Segment Start: Material for the task

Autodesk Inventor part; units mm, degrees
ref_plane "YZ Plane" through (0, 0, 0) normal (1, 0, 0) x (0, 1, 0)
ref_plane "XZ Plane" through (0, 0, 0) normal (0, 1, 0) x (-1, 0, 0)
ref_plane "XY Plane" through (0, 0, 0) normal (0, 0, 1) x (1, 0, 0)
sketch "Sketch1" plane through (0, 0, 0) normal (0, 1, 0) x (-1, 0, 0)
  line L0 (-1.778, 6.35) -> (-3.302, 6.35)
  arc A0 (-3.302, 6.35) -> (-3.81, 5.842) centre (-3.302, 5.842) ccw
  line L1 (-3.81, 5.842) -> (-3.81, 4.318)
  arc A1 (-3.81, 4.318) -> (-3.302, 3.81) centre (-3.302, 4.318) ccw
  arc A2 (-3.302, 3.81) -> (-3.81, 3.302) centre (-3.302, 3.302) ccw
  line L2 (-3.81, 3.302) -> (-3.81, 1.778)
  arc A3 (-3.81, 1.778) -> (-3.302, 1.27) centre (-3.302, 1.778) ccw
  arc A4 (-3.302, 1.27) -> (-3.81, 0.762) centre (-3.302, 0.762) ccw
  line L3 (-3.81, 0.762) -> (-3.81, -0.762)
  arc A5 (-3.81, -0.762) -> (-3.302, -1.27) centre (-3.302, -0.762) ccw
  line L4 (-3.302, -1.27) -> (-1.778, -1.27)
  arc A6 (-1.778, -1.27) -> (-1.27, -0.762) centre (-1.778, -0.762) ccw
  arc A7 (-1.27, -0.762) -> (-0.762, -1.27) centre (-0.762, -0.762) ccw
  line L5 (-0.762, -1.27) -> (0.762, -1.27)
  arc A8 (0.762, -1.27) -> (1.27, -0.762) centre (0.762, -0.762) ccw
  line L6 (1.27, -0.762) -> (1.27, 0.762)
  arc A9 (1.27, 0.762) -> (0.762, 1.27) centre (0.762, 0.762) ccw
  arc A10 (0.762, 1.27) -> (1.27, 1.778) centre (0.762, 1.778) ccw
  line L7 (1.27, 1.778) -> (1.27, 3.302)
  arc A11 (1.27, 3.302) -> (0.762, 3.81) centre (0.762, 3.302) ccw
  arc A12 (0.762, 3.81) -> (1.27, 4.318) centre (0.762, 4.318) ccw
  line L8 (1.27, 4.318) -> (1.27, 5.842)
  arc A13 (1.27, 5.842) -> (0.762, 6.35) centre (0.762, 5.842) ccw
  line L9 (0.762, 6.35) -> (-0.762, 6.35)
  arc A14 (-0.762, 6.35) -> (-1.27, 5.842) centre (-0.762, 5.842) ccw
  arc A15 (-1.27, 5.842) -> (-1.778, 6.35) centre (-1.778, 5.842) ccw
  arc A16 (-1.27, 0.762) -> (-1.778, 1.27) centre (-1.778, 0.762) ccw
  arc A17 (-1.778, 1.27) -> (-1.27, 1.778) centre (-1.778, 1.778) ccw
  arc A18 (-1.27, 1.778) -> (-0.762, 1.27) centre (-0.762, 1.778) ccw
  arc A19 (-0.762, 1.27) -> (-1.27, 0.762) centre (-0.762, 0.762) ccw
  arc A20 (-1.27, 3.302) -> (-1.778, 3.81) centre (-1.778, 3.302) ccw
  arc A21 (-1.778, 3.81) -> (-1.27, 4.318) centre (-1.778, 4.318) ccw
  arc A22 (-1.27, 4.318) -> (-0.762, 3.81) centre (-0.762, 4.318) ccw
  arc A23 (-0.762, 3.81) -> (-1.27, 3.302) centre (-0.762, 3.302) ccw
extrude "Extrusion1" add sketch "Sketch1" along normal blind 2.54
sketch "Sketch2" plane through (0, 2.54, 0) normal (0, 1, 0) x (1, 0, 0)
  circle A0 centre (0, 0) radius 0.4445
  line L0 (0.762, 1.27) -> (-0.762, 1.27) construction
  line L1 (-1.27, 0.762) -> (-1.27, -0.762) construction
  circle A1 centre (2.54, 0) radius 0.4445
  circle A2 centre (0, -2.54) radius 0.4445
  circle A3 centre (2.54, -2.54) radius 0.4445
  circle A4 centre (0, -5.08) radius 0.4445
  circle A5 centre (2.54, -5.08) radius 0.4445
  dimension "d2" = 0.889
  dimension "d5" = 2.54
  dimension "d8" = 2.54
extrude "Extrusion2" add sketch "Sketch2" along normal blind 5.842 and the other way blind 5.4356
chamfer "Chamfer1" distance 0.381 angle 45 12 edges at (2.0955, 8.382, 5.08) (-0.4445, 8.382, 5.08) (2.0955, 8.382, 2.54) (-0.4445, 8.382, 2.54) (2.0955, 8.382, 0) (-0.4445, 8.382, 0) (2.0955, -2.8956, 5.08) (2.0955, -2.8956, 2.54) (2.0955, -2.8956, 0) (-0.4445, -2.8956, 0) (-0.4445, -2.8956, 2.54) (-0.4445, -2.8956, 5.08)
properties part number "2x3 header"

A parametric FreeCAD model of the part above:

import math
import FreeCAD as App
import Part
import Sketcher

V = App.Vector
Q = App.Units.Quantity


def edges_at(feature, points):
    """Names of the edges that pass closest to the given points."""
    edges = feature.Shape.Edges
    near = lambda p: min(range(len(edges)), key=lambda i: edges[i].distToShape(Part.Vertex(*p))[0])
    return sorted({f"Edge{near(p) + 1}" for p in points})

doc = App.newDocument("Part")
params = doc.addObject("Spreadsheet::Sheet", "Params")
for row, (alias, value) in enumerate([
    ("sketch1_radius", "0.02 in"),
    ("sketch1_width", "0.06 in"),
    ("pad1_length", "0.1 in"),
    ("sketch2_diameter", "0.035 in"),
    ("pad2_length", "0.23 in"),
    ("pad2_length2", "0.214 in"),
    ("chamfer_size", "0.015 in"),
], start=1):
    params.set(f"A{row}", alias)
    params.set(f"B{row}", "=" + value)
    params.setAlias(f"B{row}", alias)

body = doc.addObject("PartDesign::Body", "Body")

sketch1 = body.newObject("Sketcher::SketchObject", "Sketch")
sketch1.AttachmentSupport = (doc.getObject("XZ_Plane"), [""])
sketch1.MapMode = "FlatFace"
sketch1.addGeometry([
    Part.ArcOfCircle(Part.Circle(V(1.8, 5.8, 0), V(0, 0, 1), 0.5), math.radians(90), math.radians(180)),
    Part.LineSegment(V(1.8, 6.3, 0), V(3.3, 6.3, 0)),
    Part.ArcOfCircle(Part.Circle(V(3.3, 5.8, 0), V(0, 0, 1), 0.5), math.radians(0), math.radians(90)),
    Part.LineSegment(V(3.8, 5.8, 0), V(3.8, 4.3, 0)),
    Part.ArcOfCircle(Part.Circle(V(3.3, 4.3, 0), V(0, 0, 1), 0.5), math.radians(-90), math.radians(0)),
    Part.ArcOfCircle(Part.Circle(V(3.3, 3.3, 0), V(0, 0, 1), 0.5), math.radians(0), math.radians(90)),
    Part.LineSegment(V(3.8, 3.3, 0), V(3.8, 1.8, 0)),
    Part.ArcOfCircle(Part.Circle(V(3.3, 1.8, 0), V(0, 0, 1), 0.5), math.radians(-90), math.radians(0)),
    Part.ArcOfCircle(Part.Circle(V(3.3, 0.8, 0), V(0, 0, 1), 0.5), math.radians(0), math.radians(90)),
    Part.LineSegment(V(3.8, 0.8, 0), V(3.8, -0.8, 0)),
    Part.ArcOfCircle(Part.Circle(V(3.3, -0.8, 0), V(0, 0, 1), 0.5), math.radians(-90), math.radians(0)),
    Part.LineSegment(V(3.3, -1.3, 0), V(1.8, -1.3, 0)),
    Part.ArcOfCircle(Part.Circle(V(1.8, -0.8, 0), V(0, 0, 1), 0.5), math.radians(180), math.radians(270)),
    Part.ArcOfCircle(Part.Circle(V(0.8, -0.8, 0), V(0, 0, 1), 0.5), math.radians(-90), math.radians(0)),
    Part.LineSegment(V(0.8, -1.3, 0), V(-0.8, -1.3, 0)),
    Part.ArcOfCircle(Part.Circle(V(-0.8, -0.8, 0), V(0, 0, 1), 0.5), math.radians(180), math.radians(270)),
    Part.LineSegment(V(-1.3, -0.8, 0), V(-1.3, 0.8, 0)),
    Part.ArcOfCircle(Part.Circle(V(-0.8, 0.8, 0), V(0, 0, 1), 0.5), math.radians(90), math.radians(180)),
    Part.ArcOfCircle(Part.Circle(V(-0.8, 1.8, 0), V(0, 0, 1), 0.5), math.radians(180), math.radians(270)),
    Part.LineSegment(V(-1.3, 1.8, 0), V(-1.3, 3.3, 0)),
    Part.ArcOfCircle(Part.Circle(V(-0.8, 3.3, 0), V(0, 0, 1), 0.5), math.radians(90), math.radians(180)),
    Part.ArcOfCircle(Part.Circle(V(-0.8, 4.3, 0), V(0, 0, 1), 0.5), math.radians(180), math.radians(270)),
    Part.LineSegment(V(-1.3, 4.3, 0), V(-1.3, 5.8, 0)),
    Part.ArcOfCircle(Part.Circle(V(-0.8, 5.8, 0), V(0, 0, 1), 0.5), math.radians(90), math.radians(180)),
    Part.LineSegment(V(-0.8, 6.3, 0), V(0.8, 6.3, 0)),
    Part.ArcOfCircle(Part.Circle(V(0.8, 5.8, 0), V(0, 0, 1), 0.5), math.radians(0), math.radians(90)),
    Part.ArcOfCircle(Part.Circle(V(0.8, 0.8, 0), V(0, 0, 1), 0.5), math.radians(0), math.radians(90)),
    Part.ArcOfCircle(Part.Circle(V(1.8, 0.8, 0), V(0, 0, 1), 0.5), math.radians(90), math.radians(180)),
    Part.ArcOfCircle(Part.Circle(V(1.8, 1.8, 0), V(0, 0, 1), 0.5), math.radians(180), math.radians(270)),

Segment End: Material for the task

**What is being asked:**
Whenever a line in the material above holds the string "construction", copy that line in full.

**Exercise answer:**
  line L0 (0.762, 1.27) -> (-0.762, 1.27) construction
  line L1 (-1.27, 0.762) -> (-1.27, -0.762) construction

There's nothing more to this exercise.